▶ _What needs to be done_
Reproduce all the entries, matching the original word for word.

▶ _Material supplied_
++++++

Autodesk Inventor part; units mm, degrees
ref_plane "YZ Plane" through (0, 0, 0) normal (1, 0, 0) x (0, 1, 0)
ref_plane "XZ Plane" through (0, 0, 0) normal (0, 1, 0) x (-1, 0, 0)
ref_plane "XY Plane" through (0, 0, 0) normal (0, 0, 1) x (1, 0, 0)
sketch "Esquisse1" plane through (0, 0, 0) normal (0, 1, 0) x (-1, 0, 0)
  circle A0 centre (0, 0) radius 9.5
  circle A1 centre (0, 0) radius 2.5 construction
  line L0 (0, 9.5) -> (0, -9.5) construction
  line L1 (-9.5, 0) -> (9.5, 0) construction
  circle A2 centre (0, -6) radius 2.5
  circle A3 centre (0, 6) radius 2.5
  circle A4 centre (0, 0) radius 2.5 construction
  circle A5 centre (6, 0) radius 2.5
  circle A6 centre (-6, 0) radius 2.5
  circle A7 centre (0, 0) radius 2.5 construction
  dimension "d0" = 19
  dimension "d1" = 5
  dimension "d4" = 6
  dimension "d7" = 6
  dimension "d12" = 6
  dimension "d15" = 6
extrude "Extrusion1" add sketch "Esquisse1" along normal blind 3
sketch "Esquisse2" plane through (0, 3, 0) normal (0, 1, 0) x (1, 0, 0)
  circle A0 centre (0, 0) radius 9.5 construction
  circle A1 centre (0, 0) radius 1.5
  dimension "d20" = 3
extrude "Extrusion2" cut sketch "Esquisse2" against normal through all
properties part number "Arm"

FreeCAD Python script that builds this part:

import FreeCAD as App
import Part
import Sketcher

V = App.Vector
Q = App.Units.Quantity

doc = App.newDocument("Part")
body = doc.addObject("PartDesign::Body", "Body")

# Sketch on XZ plane
sketch1 = body.newObject("Sketcher::SketchObject", "Sketch")
sketch1.AttachmentSupport = (doc.getObject("XZ_Plane"), [""])
sketch1.MapMode = "FlatFace"
sketch1.addGeometry(Part.Circle(V(0, 0, 0), V(0, 0, 1), 9.5), False)
sketch1.addGeometry(Part.Circle(V(0, -6, 0), V(0, 0, 1), 2.5), False)
sketch1.addGeometry(Part.Circle(V(6, 0, 0), V(0, 0, 1), 2.5), False)
sketch1.addGeometry(Part.Circle(V(-6, 0, 0), V(0, 0, 1), 2.5), False)
sketch1.addGeometry(Part.Circle(V(0, 6, 0), V(0, 0, 1), 2.5), False)
sketch1.addConstraint(Sketcher.Constraint("Coincident", 0, 3, -1, 1))
sketch1.addConstraint(Sketcher.Constraint("Equal", 1, 2))
sketch1.addConstraint(Sketcher.Constraint("Equal", 2, 3))
sketch1.addConstraint(Sketcher.Constraint("Equal", 3, 4))
sketch1.addConstraint(Sketcher.Constraint("Symmetric", 2, 3, 3, 3, -1, 1))
sketch1.addConstraint(Sketcher.Constraint("Symmetric", 1, 3, 4, 3, -1, 1))
sketch1.addConstraint(Sketcher.Constraint("PointOnObject", 1, 3, -2))
sketch1.addConstraint(Sketcher.Constraint("PointOnObject", 2, 3, -1))
sketch1.addConstraint(Sketcher.Constraint("Diameter", 0, Q("19 mm")))
sketch1.addConstraint(Sketcher.Constraint("Diameter", 1, Q("5 mm")))
sketch1.addConstraint(Sketcher.Constraint("DistanceY", 1, 3, -1, 1, Q("6 mm")))
sketch1.addConstraint(Sketcher.Constraint("DistanceX", -1, 1, 2, 3, Q("6 mm")))
pad1 = body.newObject("PartDesign::Pad", "Pad")
pad1.Profile = sketch1
pad1.Length = 3
pad1.Reversed = True

# Sketch on XZ plane
sketch2 = body.newObject("Sketcher::SketchObject", "Sketch001")
sketch2.AttachmentSupport = (doc.getObject("XZ_Plane"), [""])
sketch2.MapMode = "FlatFace"
sketch2.AttachmentOffset = App.Placement(V(0, 0, -3), App.Rotation())
sketch2.addGeometry(Part.Circle(V(0, 0, 0), V(0, 0, 1), 1.5), False)
sketch2.addConstraint(Sketcher.Constraint("Coincident", 0, 3, -1, 1))
sketch2.addConstraint(Sketcher.Constraint("Diameter", 0, Q("3 mm")))
pocket1 = body.newObject("PartDesign::Pocket", "Pocket")
pocket1.Profile = sketch2
pocket1.Type = "ThroughAll"
pocket1.Reversed = True

doc.recompute()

++++++

▶ _Final answer_
Autodesk Inventor part; units mm, degrees
ref_plane "YZ Plane" through (0, 0, 0) normal (1, 0, 0) x (0, 1, 0)
ref_plane "XZ Plane" through (0, 0, 0) normal (0, 1, 0) x (-1, 0, 0)
ref_plane "XY Plane" through (0, 0, 0) normal (0, 0, 1) x (1, 0, 0)
sketch "Esquisse1" plane through (0, 0, 0) normal (0, 1, 0) x (-1, 0, 0)
  circle A0 centre (0, 0) radius 9.5
  circle A1 centre (0, 0) radius 2.5 construction
  line L0 (0, 9.5) -> (0, -9.5) construction
  line L1 (-9.5, 0) -> (9.5, 0) construction
  circle A2 centre (0, -6) radius 2.5
  circle A3 centre (0, 6) radius 2.5
  circle A4 centre (0, 0) radius 2.5 construction
  circle A5 centre (6, 0) radius 2.5
  circle A6 centre (-6, 0) radius 2.5
  circle A7 centre (0, 0) radius 2.5 construction
  dimension "d0" = 19
  dimension "d1" = 5
  dimension "d4" = 6
  dimension "d7" = 6
  dimension "d12" = 6
  dimension "d15" = 6
extrude "Extrusion1" add sketch "Esquisse1" along normal blind 3
sketch "Esquisse2" plane through (0, 3, 0) normal (0, 1, 0) x (1, 0, 0)
  circle A0 centre (0, 0) radius 9.5 construction
  circle A1 centre (0, 0) radius 1.5
  dimension "d20" = 3
extrude "Extrusion2" cut sketch "Esquisse2" against normal through all
properties part number "Arm"

FreeCAD Python script that builds this part:

import FreeCAD as App
import Part
import Sketcher

V = App.Vector
Q = App.Units.Quantity

doc = App.newDocument("Part")
body = doc.addObject("PartDesign::Body", "Body")

# Sketch on XZ plane
sketch1 = body.newObject("Sketcher::SketchObject", "Sketch")
sketch1.AttachmentSupport = (doc.getObject("XZ_Plane"), [""])
sketch1.MapMode = "FlatFace"
sketch1.addGeometry(Part.Circle(V(0, 0, 0), V(0, 0, 1), 9.5), False)
sketch1.addGeometry(Part.Circle(V(0, -6, 0), V(0, 0, 1), 2.5), False)
sketch1.addGeometry(Part.Circle(V(6, 0, 0), V(0, 0, 1), 2.5), False)
sketch1.addGeometry(Part.Circle(V(-6, 0, 0), V(0, 0, 1), 2.5), False)
sketch1.addGeometry(Part.Circle(V(0, 6, 0), V(0, 0, 1), 2.5), False)
sketch1.addConstraint(Sketcher.Constraint("Coincident", 0, 3, -1, 1))
sketch1.addConstraint(Sketcher.Constraint("Equal", 1, 2))
sketch1.addConstraint(Sketcher.Constraint("Equal", 2, 3))
sketch1.addConstraint(Sketcher.Constraint("Equal", 3, 4))
sketch1.addConstraint(Sketcher.Constraint("Symmetric", 2, 3, 3, 3, -1, 1))
sketch1.addConstraint(Sketcher.Constraint("Symmetric", 1, 3, 4, 3, -1, 1))
sketch1.addConstraint(Sketcher.Constraint("PointOnObject", 1, 3, -2))
sketch1.addConstraint(Sketcher.Constraint("PointOnObject", 2, 3, -1))
sketch1.addConstraint(Sketcher.Constraint("Diameter", 0, Q("19 mm")))
sketch1.addConstraint(Sketcher.Constraint("Diameter", 1, Q("5 mm")))
sketch1.addConstraint(Sketcher.Constraint("DistanceY", 1, 3, -1, 1, Q("6 mm")))
sketch1.addConstraint(Sketcher.Constraint("DistanceX", -1, 1, 2, 3, Q("6 mm")))
pad1 = body.newObject("PartDesign::Pad", "Pad")
pad1.Profile = sketch1
pad1.Length = 3
pad1.Reversed = True

# Sketch on XZ plane
sketch2 = body.newObject("Sketcher::SketchObject", "Sketch001")
sketch2.AttachmentSupport = (doc.getObject("XZ_Plane"), [""])
sketch2.MapMode = "FlatFace"
sketch2.AttachmentOffset = App.Placement(V(0, 0, -3), App.Rotation())
sketch2.addGeometry(Part.Circle(V(0, 0, 0), V(0, 0, 1), 1.5), False)
sketch2.addConstraint(Sketcher.Constraint("Coincident", 0, 3, -1, 1))
sketch2.addConstraint(Sketcher.Constraint("Diameter", 0, Q("3 mm")))
pocket1 = body.newObject("PartDesign::Pocket", "Pocket")
pocket1.Profile = sketch2
pocket1.Type = "ThroughAll"
pocket1.Reversed = True

doc.recompute()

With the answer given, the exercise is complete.